Investigation of Interacting Mechanism between Film Cooling and Internal Cooling Structures of Turbine Blade

This paper presents three-dimensional numerical simulations with the established realizable k-epsilon model to clarify the underlying and interacting mechanisms between the film cooling and the internal cooling. On the one hand, the effects of three different internal cooling channels, i.e., smooth channel, continuous ribbed channel, and truncated ribbed channel, on the film cooling effectiveness and the discharge coefficients are investigated. On the other hand, the influences of three different film cooling holes, i.e., cylindrical hole, two elliptical holes and two circular-to-elliptical holes, on the heat transfer performances and pressure loss of the internal cooling channel are revealed. Especially, the suction effects of the film cooling holes are analyzed through setting up baselines with only internal cooling channels.
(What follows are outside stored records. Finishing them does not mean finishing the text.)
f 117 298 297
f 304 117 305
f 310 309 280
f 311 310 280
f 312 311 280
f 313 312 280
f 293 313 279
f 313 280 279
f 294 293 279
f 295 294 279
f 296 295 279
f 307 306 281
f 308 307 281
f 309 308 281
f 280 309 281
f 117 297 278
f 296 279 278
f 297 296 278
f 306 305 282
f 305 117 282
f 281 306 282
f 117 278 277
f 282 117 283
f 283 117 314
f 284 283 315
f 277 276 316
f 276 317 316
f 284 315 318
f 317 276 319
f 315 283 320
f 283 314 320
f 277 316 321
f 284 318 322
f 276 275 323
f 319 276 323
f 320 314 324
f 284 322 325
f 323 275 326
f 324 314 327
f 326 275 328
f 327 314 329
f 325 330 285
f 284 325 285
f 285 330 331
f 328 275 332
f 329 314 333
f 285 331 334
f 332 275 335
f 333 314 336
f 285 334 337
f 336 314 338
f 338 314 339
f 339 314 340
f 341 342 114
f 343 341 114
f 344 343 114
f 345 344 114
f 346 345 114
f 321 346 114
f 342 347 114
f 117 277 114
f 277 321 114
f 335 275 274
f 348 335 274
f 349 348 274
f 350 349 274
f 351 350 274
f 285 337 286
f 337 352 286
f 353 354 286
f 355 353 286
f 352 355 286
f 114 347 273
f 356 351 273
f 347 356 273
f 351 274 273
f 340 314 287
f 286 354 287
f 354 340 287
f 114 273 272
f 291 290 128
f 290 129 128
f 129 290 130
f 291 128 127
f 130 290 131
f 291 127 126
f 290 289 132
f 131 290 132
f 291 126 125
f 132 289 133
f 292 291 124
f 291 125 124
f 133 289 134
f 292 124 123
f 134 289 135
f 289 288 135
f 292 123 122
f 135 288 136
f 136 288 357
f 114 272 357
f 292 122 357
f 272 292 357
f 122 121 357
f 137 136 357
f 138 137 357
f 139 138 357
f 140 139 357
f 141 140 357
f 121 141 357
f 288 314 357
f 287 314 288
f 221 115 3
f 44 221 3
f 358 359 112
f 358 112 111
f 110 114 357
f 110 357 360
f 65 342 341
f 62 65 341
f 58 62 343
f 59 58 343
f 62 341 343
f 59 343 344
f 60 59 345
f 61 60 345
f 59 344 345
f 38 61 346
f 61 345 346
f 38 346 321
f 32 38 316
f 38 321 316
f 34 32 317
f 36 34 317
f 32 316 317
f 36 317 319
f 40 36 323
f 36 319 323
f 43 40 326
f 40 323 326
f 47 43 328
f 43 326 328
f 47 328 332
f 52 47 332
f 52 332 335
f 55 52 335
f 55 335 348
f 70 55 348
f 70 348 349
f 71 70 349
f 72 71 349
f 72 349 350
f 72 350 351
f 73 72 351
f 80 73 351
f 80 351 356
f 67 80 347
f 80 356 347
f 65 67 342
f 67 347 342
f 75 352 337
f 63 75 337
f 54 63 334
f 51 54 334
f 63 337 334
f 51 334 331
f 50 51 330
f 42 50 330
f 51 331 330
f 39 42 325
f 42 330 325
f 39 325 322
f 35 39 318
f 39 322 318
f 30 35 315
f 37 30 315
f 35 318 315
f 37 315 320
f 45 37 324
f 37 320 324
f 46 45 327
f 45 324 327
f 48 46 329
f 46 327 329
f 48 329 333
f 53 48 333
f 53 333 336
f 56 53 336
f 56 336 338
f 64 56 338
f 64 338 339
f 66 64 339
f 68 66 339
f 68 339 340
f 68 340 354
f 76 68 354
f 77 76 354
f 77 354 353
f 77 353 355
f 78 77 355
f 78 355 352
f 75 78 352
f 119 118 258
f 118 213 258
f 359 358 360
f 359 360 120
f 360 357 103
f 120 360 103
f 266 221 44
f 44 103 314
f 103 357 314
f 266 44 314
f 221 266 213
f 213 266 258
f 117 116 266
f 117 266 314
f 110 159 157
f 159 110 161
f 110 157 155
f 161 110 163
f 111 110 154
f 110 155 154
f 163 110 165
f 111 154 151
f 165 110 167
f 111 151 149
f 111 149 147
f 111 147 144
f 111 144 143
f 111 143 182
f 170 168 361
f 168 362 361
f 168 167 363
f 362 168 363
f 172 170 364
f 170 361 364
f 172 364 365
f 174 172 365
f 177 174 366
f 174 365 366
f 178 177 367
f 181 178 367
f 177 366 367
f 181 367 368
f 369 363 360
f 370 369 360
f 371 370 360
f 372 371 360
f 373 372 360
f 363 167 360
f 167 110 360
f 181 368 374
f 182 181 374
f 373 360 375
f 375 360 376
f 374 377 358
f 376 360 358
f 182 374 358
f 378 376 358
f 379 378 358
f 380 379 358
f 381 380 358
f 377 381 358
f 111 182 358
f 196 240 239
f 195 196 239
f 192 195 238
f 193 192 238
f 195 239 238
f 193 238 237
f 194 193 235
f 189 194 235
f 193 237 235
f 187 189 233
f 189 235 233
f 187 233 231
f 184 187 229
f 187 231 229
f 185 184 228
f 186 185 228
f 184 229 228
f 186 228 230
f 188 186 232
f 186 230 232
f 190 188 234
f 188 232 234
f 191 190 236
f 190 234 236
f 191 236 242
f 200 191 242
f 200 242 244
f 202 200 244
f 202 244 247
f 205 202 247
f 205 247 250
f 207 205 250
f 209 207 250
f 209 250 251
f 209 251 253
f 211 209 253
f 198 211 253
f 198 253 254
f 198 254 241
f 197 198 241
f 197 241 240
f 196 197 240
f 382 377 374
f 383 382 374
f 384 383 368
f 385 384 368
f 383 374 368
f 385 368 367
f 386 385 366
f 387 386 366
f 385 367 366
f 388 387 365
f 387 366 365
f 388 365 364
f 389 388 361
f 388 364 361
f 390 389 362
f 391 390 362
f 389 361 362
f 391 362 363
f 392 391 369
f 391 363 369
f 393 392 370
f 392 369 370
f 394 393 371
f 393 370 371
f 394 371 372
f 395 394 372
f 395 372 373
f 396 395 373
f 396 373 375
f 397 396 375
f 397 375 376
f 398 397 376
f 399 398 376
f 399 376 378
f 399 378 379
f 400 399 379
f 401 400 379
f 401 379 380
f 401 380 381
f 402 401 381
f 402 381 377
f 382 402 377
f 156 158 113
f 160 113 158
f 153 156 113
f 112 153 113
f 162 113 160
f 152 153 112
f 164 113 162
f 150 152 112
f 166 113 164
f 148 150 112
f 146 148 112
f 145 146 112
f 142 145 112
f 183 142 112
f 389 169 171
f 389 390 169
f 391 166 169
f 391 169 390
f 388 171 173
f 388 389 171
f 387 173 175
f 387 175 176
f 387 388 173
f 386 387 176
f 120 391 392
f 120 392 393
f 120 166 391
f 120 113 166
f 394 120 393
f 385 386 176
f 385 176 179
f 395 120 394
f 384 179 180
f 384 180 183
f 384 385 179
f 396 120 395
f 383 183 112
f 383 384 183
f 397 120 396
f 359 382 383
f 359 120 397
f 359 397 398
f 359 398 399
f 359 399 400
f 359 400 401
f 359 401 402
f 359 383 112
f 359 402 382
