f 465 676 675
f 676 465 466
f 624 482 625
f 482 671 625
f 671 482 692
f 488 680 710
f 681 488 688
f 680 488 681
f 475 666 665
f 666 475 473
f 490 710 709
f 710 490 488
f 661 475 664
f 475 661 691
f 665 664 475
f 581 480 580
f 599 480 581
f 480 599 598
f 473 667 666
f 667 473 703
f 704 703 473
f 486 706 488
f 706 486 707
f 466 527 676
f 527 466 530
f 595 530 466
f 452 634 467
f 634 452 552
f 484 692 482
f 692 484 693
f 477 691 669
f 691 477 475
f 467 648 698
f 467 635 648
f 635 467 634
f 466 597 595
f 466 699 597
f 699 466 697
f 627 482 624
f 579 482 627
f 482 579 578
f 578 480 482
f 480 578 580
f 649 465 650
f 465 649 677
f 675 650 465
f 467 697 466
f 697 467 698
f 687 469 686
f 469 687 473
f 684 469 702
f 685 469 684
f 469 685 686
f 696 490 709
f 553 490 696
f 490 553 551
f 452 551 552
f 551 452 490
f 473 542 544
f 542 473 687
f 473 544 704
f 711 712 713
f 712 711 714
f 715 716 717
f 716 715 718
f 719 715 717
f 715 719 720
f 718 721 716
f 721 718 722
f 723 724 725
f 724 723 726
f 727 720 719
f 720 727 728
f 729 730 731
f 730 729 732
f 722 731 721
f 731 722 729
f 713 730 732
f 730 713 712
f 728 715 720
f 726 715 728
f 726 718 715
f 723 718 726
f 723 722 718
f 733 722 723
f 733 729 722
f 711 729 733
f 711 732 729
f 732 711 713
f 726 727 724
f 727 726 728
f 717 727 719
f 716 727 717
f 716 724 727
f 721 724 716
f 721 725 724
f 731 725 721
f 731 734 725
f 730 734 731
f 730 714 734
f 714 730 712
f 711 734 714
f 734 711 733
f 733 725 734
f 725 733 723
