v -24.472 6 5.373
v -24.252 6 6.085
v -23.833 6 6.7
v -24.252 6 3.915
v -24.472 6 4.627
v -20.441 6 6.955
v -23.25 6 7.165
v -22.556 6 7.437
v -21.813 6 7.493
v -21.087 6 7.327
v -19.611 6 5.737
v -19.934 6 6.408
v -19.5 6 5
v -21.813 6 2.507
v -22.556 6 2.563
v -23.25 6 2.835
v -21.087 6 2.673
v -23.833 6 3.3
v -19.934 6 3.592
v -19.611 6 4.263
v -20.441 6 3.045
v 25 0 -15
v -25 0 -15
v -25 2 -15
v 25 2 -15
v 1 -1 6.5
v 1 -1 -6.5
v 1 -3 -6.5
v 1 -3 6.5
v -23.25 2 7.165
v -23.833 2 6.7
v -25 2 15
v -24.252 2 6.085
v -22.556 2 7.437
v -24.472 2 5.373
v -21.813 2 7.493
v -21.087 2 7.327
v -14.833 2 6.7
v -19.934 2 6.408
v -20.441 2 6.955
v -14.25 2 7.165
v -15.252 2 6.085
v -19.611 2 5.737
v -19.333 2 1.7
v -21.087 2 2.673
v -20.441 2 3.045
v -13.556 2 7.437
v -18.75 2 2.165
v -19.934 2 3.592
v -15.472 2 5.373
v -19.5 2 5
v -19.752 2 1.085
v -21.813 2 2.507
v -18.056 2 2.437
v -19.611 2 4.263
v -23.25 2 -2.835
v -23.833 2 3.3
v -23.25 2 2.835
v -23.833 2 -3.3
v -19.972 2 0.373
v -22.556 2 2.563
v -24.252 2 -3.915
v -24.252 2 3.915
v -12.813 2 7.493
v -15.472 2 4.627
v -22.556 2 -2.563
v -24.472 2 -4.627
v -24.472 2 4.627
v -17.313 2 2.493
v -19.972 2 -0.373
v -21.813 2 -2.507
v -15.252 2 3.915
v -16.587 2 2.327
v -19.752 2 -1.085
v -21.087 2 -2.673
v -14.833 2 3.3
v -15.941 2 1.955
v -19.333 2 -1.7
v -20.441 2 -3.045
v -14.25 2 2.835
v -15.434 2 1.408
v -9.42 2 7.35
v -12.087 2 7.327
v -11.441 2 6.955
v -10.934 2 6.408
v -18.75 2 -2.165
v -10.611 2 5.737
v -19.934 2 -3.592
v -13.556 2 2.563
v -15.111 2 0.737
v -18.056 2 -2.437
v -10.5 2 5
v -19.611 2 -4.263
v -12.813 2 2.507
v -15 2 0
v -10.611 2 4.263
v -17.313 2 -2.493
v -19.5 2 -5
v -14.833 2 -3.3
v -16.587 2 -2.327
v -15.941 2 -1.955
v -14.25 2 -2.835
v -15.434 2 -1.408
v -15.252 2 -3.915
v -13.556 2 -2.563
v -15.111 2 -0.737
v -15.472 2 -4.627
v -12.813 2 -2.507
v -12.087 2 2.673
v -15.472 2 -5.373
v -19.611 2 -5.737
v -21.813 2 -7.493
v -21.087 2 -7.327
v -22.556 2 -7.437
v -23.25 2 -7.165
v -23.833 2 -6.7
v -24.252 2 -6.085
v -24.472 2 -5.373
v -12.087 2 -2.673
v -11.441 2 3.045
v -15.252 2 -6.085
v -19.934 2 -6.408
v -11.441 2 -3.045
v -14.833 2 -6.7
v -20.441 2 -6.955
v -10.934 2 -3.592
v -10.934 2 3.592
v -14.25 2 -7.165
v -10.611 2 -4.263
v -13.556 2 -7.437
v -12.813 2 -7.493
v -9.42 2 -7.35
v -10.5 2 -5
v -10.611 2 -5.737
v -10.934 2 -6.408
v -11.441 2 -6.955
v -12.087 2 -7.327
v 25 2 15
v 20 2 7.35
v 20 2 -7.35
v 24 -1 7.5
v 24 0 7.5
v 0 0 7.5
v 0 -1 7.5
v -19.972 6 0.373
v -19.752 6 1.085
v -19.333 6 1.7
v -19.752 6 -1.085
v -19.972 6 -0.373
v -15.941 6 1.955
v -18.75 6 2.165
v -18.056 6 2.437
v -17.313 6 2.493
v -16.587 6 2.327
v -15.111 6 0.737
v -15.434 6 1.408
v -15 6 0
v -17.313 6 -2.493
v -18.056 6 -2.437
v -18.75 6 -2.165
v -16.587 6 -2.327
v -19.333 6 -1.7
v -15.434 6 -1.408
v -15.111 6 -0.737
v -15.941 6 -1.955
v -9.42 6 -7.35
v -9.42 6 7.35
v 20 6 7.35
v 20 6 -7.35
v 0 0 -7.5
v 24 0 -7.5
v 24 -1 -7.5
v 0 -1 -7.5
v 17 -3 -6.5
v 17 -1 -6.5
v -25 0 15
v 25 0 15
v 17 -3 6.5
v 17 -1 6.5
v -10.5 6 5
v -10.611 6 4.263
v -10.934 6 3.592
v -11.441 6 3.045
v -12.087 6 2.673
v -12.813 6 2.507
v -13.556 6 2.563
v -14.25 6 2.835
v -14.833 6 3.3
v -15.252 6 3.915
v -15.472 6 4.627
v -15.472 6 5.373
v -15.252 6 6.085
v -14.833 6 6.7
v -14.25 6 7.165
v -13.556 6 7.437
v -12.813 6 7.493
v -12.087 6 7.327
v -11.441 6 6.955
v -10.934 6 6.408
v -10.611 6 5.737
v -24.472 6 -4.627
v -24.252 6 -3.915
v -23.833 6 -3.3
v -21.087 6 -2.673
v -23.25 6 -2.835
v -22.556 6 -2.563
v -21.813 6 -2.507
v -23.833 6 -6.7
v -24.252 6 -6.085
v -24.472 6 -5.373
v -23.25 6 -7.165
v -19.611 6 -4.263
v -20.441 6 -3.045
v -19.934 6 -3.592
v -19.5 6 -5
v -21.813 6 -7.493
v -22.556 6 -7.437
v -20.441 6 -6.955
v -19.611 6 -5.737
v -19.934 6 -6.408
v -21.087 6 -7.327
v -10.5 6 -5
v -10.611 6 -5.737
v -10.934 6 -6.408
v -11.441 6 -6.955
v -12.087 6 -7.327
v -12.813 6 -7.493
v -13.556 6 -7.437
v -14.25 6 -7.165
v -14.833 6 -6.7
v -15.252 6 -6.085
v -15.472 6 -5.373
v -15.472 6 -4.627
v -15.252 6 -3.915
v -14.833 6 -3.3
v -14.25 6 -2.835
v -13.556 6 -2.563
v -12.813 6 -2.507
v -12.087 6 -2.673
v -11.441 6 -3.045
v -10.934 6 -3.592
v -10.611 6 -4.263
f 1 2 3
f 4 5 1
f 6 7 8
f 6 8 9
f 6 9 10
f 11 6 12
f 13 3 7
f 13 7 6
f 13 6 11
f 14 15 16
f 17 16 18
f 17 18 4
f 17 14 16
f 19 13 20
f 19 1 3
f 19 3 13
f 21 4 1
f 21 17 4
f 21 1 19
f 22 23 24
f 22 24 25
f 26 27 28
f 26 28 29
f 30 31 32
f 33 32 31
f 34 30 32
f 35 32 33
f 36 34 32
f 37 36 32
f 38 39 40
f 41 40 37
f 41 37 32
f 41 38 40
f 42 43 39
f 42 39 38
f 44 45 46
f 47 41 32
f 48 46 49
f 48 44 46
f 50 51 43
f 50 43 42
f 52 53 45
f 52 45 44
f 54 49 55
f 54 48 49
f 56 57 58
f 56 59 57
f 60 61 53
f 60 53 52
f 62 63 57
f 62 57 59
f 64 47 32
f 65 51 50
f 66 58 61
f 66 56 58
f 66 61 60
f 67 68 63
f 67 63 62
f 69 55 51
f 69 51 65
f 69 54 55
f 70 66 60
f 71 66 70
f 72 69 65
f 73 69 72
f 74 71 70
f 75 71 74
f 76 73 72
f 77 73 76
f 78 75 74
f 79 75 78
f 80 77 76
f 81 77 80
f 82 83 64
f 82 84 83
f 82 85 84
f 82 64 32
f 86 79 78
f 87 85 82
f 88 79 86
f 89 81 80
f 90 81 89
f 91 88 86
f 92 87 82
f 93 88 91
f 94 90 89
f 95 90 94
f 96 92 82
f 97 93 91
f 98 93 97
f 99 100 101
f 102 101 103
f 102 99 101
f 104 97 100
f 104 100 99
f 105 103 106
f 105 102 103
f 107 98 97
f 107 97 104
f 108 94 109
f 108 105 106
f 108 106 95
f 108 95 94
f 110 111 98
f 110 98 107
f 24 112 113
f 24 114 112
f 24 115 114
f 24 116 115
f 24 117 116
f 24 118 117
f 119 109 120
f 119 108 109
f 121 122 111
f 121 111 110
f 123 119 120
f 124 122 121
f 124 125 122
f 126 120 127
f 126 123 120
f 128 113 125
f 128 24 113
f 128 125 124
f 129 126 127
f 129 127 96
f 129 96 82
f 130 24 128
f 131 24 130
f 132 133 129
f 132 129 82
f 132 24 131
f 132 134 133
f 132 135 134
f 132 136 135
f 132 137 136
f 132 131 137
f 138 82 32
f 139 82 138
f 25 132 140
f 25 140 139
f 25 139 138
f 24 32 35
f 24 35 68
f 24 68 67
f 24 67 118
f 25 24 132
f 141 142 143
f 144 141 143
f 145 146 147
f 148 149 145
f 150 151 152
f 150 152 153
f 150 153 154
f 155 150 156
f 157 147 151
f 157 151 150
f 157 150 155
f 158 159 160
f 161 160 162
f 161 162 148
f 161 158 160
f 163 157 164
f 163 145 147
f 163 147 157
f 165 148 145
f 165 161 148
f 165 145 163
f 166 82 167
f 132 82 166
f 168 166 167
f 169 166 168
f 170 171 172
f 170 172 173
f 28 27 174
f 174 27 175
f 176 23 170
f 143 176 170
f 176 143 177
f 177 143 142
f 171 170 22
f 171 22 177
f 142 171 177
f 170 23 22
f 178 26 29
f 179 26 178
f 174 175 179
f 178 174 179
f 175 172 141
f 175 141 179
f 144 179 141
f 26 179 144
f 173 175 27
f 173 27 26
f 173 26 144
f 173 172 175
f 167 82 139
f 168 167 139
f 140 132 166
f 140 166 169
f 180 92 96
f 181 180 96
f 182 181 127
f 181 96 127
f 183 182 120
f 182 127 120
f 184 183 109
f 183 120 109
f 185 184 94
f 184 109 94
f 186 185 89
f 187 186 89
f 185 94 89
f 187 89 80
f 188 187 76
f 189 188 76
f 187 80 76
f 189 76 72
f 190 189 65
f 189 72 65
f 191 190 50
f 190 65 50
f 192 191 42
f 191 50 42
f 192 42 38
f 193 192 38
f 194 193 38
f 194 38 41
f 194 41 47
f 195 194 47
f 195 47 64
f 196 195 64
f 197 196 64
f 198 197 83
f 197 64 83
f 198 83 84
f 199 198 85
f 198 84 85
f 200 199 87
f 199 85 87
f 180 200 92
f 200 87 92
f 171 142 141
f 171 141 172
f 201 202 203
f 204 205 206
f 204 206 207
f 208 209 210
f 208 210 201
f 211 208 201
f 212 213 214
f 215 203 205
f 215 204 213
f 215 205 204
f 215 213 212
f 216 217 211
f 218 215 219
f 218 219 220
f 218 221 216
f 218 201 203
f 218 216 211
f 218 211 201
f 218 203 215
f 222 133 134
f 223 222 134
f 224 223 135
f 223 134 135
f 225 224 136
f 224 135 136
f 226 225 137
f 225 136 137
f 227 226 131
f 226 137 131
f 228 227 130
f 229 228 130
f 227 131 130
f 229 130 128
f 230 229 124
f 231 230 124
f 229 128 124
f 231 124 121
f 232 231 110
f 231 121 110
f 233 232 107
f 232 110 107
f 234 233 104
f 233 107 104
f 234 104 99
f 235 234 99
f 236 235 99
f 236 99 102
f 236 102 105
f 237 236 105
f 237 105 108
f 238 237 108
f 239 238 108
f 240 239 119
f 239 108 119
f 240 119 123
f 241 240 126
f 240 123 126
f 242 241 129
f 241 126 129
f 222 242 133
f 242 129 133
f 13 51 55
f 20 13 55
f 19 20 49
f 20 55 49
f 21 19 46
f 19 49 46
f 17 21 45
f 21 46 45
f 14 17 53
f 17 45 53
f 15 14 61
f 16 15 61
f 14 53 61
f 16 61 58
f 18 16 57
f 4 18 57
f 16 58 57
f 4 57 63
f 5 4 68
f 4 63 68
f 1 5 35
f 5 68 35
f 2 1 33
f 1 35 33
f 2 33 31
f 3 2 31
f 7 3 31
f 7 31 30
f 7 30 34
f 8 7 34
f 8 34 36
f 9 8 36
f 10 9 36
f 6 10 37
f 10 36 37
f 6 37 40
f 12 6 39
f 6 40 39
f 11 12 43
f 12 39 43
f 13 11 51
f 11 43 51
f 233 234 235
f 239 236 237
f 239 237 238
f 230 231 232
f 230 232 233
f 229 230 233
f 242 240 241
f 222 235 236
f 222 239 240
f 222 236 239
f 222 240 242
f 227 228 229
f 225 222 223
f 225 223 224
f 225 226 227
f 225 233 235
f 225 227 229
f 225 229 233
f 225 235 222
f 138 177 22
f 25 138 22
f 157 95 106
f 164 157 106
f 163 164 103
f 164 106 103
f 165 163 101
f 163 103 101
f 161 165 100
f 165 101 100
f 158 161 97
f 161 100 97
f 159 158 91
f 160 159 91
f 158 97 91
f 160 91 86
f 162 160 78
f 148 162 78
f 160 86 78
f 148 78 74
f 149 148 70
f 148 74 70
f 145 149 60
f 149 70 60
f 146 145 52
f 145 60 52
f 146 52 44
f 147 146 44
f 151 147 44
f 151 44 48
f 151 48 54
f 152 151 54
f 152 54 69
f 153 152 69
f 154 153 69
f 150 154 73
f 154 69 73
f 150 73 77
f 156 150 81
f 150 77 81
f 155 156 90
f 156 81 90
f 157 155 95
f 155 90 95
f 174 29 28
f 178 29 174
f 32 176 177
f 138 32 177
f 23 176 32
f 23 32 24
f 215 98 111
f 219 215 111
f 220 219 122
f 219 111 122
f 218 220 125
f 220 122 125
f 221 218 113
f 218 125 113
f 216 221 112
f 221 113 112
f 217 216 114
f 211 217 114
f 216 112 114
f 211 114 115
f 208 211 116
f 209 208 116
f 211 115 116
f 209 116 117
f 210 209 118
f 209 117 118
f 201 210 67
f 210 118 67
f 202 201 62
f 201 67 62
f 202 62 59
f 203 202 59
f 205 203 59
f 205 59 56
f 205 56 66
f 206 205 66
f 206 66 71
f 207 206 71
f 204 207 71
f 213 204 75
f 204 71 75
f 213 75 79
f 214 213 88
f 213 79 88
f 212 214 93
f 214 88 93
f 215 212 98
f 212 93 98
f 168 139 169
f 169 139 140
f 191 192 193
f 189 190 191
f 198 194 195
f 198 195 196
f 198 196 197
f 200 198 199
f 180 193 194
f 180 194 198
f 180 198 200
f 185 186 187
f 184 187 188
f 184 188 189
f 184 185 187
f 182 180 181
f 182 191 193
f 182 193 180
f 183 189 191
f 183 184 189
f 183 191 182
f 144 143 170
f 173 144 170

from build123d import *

# Parameters (mm, degrees)
SKETCH_1_W      = 50
SKETCH_1_H      = 30
EXTRUDE_1_DEPTH = 2
SKETCH_2_W      = 29.42
SKETCH_2_H      = 14.7
EXTRUDE_2_DEPTH = 4
SKETCH_3_W      = 24
SKETCH_3_H      = 15
EXTRUDE_3_DEPTH = 1
SKETCH_4_W      = 16
SKETCH_4_H      = 13
EXTRUDE_4_DEPTH = 2
SKETCH_5_R      = 2.5
EXTRUDE_5_DEPTH = 4


with BuildPart() as part:
    # 草图1 → 凸台-拉伸1 (new body)
    with BuildSketch(Plane(origin=(0, 0, 0), x_dir=(1, 0, 0), z_dir=(0, 1, 0))):
        Rectangle(SKETCH_1_W, SKETCH_1_H)
    extrude(amount=EXTRUDE_1_DEPTH)

    # 草图2 → 凸台-拉伸2 (add)
    with BuildSketch(Plane(origin=(0, 2, 0), x_dir=(1, 0, 0), z_dir=(0, 1, 0))):
        with Locations((5.29, 0)):
            Rectangle(SKETCH_2_W, SKETCH_2_H)
    extrude(amount=EXTRUDE_2_DEPTH)

    # 草图3 → 凸台-拉伸3 (add)
    with BuildSketch(Plane(origin=(0, 0, 0), x_dir=(-1, 0, 0), z_dir=(0, -1, 0))):
        with Locations((-12, 0)):
            Rectangle(SKETCH_3_W, SKETCH_3_H)
    extrude(amount=EXTRUDE_3_DEPTH)

    # 草图4 → 凸台-拉伸4 (add)
    with BuildSketch(Plane.XZ.offset(1)):
        with Locations((9, 0)):
            Rectangle(SKETCH_4_W, SKETCH_4_H)
    extrude(amount=EXTRUDE_4_DEPTH)

    # 草图5 → 凸台-拉伸5 (add)
    with BuildSketch(Plane(origin=(0, 2, 0), x_dir=(1, 0, 0), z_dir=(0, 1, 0))):
        with Locations((-22, 5)):
            Circle(SKETCH_5_R)
        with Locations((-22, -5)):
            Circle(SKETCH_5_R)
        with Locations((-13, -5)):
            Circle(SKETCH_5_R)
        with Locations((-13, 5)):
            Circle(SKETCH_5_R)
        with Locations((-17.5, 0)):
            Circle(SKETCH_5_R)
    extrude(amount=EXTRUDE_5_DEPTH)


solid = part.part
Results show that the placement of ribs in the internal channel has different influences on the film cooling effectiveness with respect to different hole shapes depending on the blowing ratio. The discharge coefficient of the film hole can be improved by introducing ribs to the internal channel. Suction of film hole is helpful for enhancing the heat transfer performance and reducing the pressure loss of the internal channel. Besides, ribs instead of the suction effect of film hole play a major role to enhance the heat transfer performance in the internal cooling channel.